* **Collected data entries**:
------------------------------------------------------------------------

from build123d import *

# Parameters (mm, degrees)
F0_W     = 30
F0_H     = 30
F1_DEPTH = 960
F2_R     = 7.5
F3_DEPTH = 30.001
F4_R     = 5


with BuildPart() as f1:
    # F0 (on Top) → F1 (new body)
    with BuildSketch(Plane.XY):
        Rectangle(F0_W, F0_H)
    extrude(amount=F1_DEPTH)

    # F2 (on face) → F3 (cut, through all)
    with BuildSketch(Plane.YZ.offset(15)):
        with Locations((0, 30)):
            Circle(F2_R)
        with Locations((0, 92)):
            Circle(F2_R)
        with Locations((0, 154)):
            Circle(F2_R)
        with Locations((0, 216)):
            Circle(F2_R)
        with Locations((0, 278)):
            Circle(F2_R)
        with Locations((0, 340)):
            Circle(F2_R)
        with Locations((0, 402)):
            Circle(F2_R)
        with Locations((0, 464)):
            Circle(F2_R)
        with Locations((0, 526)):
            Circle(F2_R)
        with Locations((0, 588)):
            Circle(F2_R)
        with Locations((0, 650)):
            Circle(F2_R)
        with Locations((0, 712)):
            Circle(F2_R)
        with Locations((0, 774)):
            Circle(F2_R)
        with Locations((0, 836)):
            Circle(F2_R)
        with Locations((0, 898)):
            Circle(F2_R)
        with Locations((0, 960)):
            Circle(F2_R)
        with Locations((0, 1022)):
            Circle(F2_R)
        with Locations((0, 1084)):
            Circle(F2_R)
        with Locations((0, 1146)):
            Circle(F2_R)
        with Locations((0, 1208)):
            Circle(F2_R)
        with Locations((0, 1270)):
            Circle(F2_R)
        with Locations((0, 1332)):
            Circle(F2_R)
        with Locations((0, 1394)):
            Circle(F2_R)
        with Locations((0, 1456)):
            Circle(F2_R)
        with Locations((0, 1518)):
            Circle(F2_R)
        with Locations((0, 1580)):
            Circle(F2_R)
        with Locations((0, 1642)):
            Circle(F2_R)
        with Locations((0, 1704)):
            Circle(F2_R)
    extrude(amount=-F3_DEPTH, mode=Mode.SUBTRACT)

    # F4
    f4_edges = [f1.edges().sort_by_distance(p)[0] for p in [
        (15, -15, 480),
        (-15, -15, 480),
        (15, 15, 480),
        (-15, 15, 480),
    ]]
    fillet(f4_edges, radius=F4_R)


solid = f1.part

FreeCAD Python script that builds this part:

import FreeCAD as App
import Part
import Sketcher

V = App.Vector


def edges_at(feature, points):
    """Names of the edges that pass closest to the given points."""
    edges = feature.Shape.Edges
    near = lambda p: min(range(len(edges)), key=lambda i: edges[i].distToShape(Part.Vertex(*p))[0])
    return sorted({f"Edge{near(p) + 1}" for p in points})


def add_polygon(sketch, points):
    """Adds a closed chain of lines whose ends are joined by coincident constraints."""
    first, n = sketch.GeometryCount, len(points)
    for a, b in zip(points, points[1:] + points[:1]):
        sketch.addGeometry(Part.LineSegment(App.Vector(*a, 0), App.Vector(*b, 0)), False)
    for i in range(n):
        sketch.addConstraint(Sketcher.Constraint("Coincident", first + i, 2, first + (i + 1) % n, 1))

doc = App.newDocument("Part")
body = doc.addObject("PartDesign::Body", "Body")

sketch1 = body.newObject("Sketcher::SketchObject", "Sketch")
sketch1.AttachmentSupport = (doc.getObject("XY_Plane"), [""])
sketch1.MapMode = "FlatFace"
add_polygon(sketch1, [(-15, 15), (-15, -15), (15, -15), (15, 15)])
sketch1.addConstraint([
    Sketcher.Constraint("Vertical", 0),
    Sketcher.Constraint("Horizontal", 1),
    Sketcher.Constraint("Vertical", 2),
    Sketcher.Constraint("Horizontal", 3),
    Sketcher.Constraint("Symmetric", 0, 2, 2, 2, -1, 1),
    Sketcher.Constraint("Equal", 3, 0),
    Sketcher.Constraint("DistanceX", 1, 1, 1, 2, 30.0),
])
pad1 = body.newObject("PartDesign::Pad", "Pad")
pad1.Profile = sketch1
pad1.Length = 960

sketch2 = body.newObject("Sketcher::SketchObject", "Sketch001")
sketch2.AttachmentSupport = (doc.getObject("YZ_Plane"), [""])
sketch2.MapMode = "FlatFace"
sketch2.AttachmentOffset = App.Placement(V(0, 0, 15), App.Rotation())
sketch2.addGeometry([
    Part.Circle(V(0, 30, 0), V(0, 0, 1), 8),
    Part.Circle(V(0, 92, 0), V(0, 0, 1), 8),
    Part.Circle(V(0, 154, 0), V(0, 0, 1), 8),
    Part.Circle(V(0, 216, 0), V(0, 0, 1), 8),
    Part.Circle(V(0, 278, 0), V(0, 0, 1), 8),
    Part.Circle(V(0, 340, 0), V(0, 0, 1), 8),
    Part.Circle(V(0, 402, 0), V(0, 0, 1), 8),
    Part.Circle(V(0, 464, 0), V(0, 0, 1), 8),
    Part.Circle(V(0, 526, 0), V(0, 0, 1), 8),
    Part.Circle(V(0, 588, 0), V(0, 0, 1), 8),
    Part.Circle(V(0, 650, 0), V(0, 0, 1), 8),
    Part.Circle(V(0, 712, 0), V(0, 0, 1), 8),
    Part.Circle(V(0, 774, 0), V(0, 0, 1), 8),
    Part.Circle(V(0, 836, 0), V(0, 0, 1), 8),
    Part.Circle(V(0, 898, 0), V(0, 0, 1), 8),
    Part.Circle(V(0, 960, 0), V(0, 0, 1), 8),
    Part.Circle(V(0, 1022, 0), V(0, 0, 1), 8),
    Part.Circle(V(0, 1084, 0), V(0, 0, 1), 8),
    Part.Circle(V(0, 1146, 0), V(0, 0, 1), 8),
    Part.Circle(V(0, 1208, 0), V(0, 0, 1), 8),
    Part.Circle(V(0, 1270, 0), V(0, 0, 1), 8),
    Part.Circle(V(0, 1332, 0), V(0, 0, 1), 8),
    Part.Circle(V(0, 1394, 0), V(0, 0, 1), 8),
    Part.Circle(V(0, 1456, 0), V(0, 0, 1), 8),
    Part.Circle(V(0, 1518, 0), V(0, 0, 1), 8),
    Part.Circle(V(0, 1580, 0), V(0, 0, 1), 8),
    Part.Circle(V(0, 1642, 0), V(0, 0, 1), 8),
    Part.Circle(V(0, 1704, 0), V(0, 0, 1), 8),
], False)
sketch2.addConstraint([
    Sketcher.Constraint("Equal", 0, 1),
    Sketcher.Constraint("Equal", 1, 2),
    Sketcher.Constraint("Equal", 2, 3),
    Sketcher.Constraint("Equal", 3, 4),
    Sketcher.Constraint("Equal", 4, 5),
    Sketcher.Constraint("Equal", 5, 6),
    Sketcher.Constraint("Equal", 6, 7),
    Sketcher.Constraint("Equal", 7, 8),
    Sketcher.Constraint("Equal", 8, 9),
    Sketcher.Constraint("Equal", 9, 10),
    Sketcher.Constraint("Equal", 10, 11),
    Sketcher.Constraint("Equal", 11, 12),
    Sketcher.Constraint("Equal", 12, 13),
    Sketcher.Constraint("Equal", 13, 14),
    Sketcher.Constraint("Equal", 14, 15),
    Sketcher.Constraint("Equal", 15, 16),
    Sketcher.Constraint("Equal", 16, 17),
    Sketcher.Constraint("Equal", 17, 18),
    Sketcher.Constraint("Equal", 18, 19),
    Sketcher.Constraint("Equal", 19, 20),
    Sketcher.Constraint("Equal", 20, 21),
    Sketcher.Constraint("Equal", 21, 22),
    Sketcher.Constraint("Equal", 22, 23),
    Sketcher.Constraint("Equal", 23, 24),
    Sketcher.Constraint("Equal", 24, 25),
    Sketcher.Constraint("Equal", 25, 26),
    Sketcher.Constraint("Equal", 26, 27),
    Sketcher.Constraint("PointOnObject", 0, 3, -2),
    Sketcher.Constraint("PointOnObject", 1, 3, -2),
    Sketcher.Constraint("PointOnObject", 2, 3, -2),
    Sketcher.Constraint("PointOnObject", 3, 3, -2),
    Sketcher.Constraint("PointOnObject", 4, 3, -2),
    Sketcher.Constraint("PointOnObject", 5, 3, -2),
    Sketcher.Constraint("PointOnObject", 6, 3, -2),
    Sketcher.Constraint("PointOnObject", 7, 3, -2),
    Sketcher.Constraint("PointOnObject", 8, 3, -2),
    Sketcher.Constraint("PointOnObject", 9, 3, -2),
    Sketcher.Constraint("PointOnObject", 10, 3, -2),
    Sketcher.Constraint("PointOnObject", 11, 3, -2),
    Sketcher.Constraint("PointOnObject", 12, 3, -2),
    Sketcher.Constraint("PointOnObject", 13, 3, -2),
    Sketcher.Constraint("PointOnObject", 14, 3, -2),
    Sketcher.Constraint("PointOnObject", 15, 3, -2),
    Sketcher.Constraint("PointOnObject", 16, 3, -2),
    Sketcher.Constraint("PointOnObject", 17, 3, -2),
    Sketcher.Constraint("PointOnObject", 18, 3, -2),
    Sketcher.Constraint("PointOnObject", 19, 3, -2),
    Sketcher.Constraint("PointOnObject", 20, 3, -2),
    Sketcher.Constraint("PointOnObject", 21, 3, -2),
    Sketcher.Constraint("PointOnObject", 22, 3, -2),
    Sketcher.Constraint("PointOnObject", 23, 3, -2),
    Sketcher.Constraint("PointOnObject", 24, 3, -2),
    Sketcher.Constraint("PointOnObject", 25, 3, -2),
    Sketcher.Constraint("PointOnObject", 26, 3, -2),
    Sketcher.Constraint("PointOnObject", 27, 3, -2),
    Sketcher.Constraint("Diameter", 0, 15.0),
    Sketcher.Constraint("DistanceY", -1, 1, 0, 3, 30.0),
    Sketcher.Constraint("DistanceY", -1, 1, 1, 3, 92.0),
    Sketcher.Constraint("DistanceY", -1, 1, 2, 3, 154.0),
    Sketcher.Constraint("DistanceY", -1, 1, 3, 3, 216.0),
    Sketcher.Constraint("DistanceY", -1, 1, 4, 3, 278.0),
    Sketcher.Constraint("DistanceY", -1, 1, 5, 3, 340.0),
    Sketcher.Constraint("DistanceY", -1, 1, 6, 3, 402.0),
    Sketcher.Constraint("DistanceY", -1, 1, 7, 3, 464.0),
    Sketcher.Constraint("DistanceY", -1, 1, 8, 3, 526.0),
    Sketcher.Constraint("DistanceY", -1, 1, 9, 3, 588.0),
    Sketcher.Constraint("DistanceY", -1, 1, 10, 3, 650.0),
    Sketcher.Constraint("DistanceY", -1, 1, 11, 3, 712.0),
    Sketcher.Constraint("DistanceY", -1, 1, 12, 3, 774.0),
    Sketcher.Constraint("DistanceY", -1, 1, 13, 3, 836.0),
    Sketcher.Constraint("DistanceY", -1, 1, 14, 3, 898.0),
    Sketcher.Constraint("DistanceY", -1, 1, 15, 3, 960.0),
    Sketcher.Constraint("DistanceY", -1, 1, 16, 3, 1022.0),
    Sketcher.Constraint("DistanceY", -1, 1, 17, 3, 1084.0),
    Sketcher.Constraint("DistanceY", -1, 1, 18, 3, 1146.0),
    Sketcher.Constraint("DistanceY", -1, 1, 19, 3, 1208.0),
    Sketcher.Constraint("DistanceY", -1, 1, 20, 3, 1270.0),
    Sketcher.Constraint("DistanceY", -1, 1, 21, 3, 1332.0),
    Sketcher.Constraint("DistanceY", -1, 1, 22, 3, 1394.0),
    Sketcher.Constraint("DistanceY", -1, 1, 23, 3, 1456.0),
    Sketcher.Constraint("DistanceY", -1, 1, 24, 3, 1518.0),
    Sketcher.Constraint("DistanceY", -1, 1, 25, 3, 1580.0),
    Sketcher.Constraint("DistanceY", -1, 1, 26, 3, 1642.0),
    Sketcher.Constraint("DistanceY", -1, 1, 27, 3, 1704.0),
])
pocket1 = body.newObject("PartDesign::Pocket", "Pocket")
pocket1.Profile = sketch2
pocket1.Type = "ThroughAll"
doc.recompute()

fillet = body.newObject("PartDesign::Fillet", "Fillet")
fillet.Base = (pocket1, edges_at(pocket1, [
    (15, -15, 480),
    (-15, -15, 480),
    (15, 15, 480),
    (-15, 15, 480),
]))
fillet.Radius = 5

doc.recompute()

------------------------------------------------------------------------

* **Problem**: In the records above, collect each line with "extrude".

* **Problem solution**:
    extrude(amount=F1_DEPTH)
    extrude(amount=-F3_DEPTH, mode=Mode.SUBTRACT)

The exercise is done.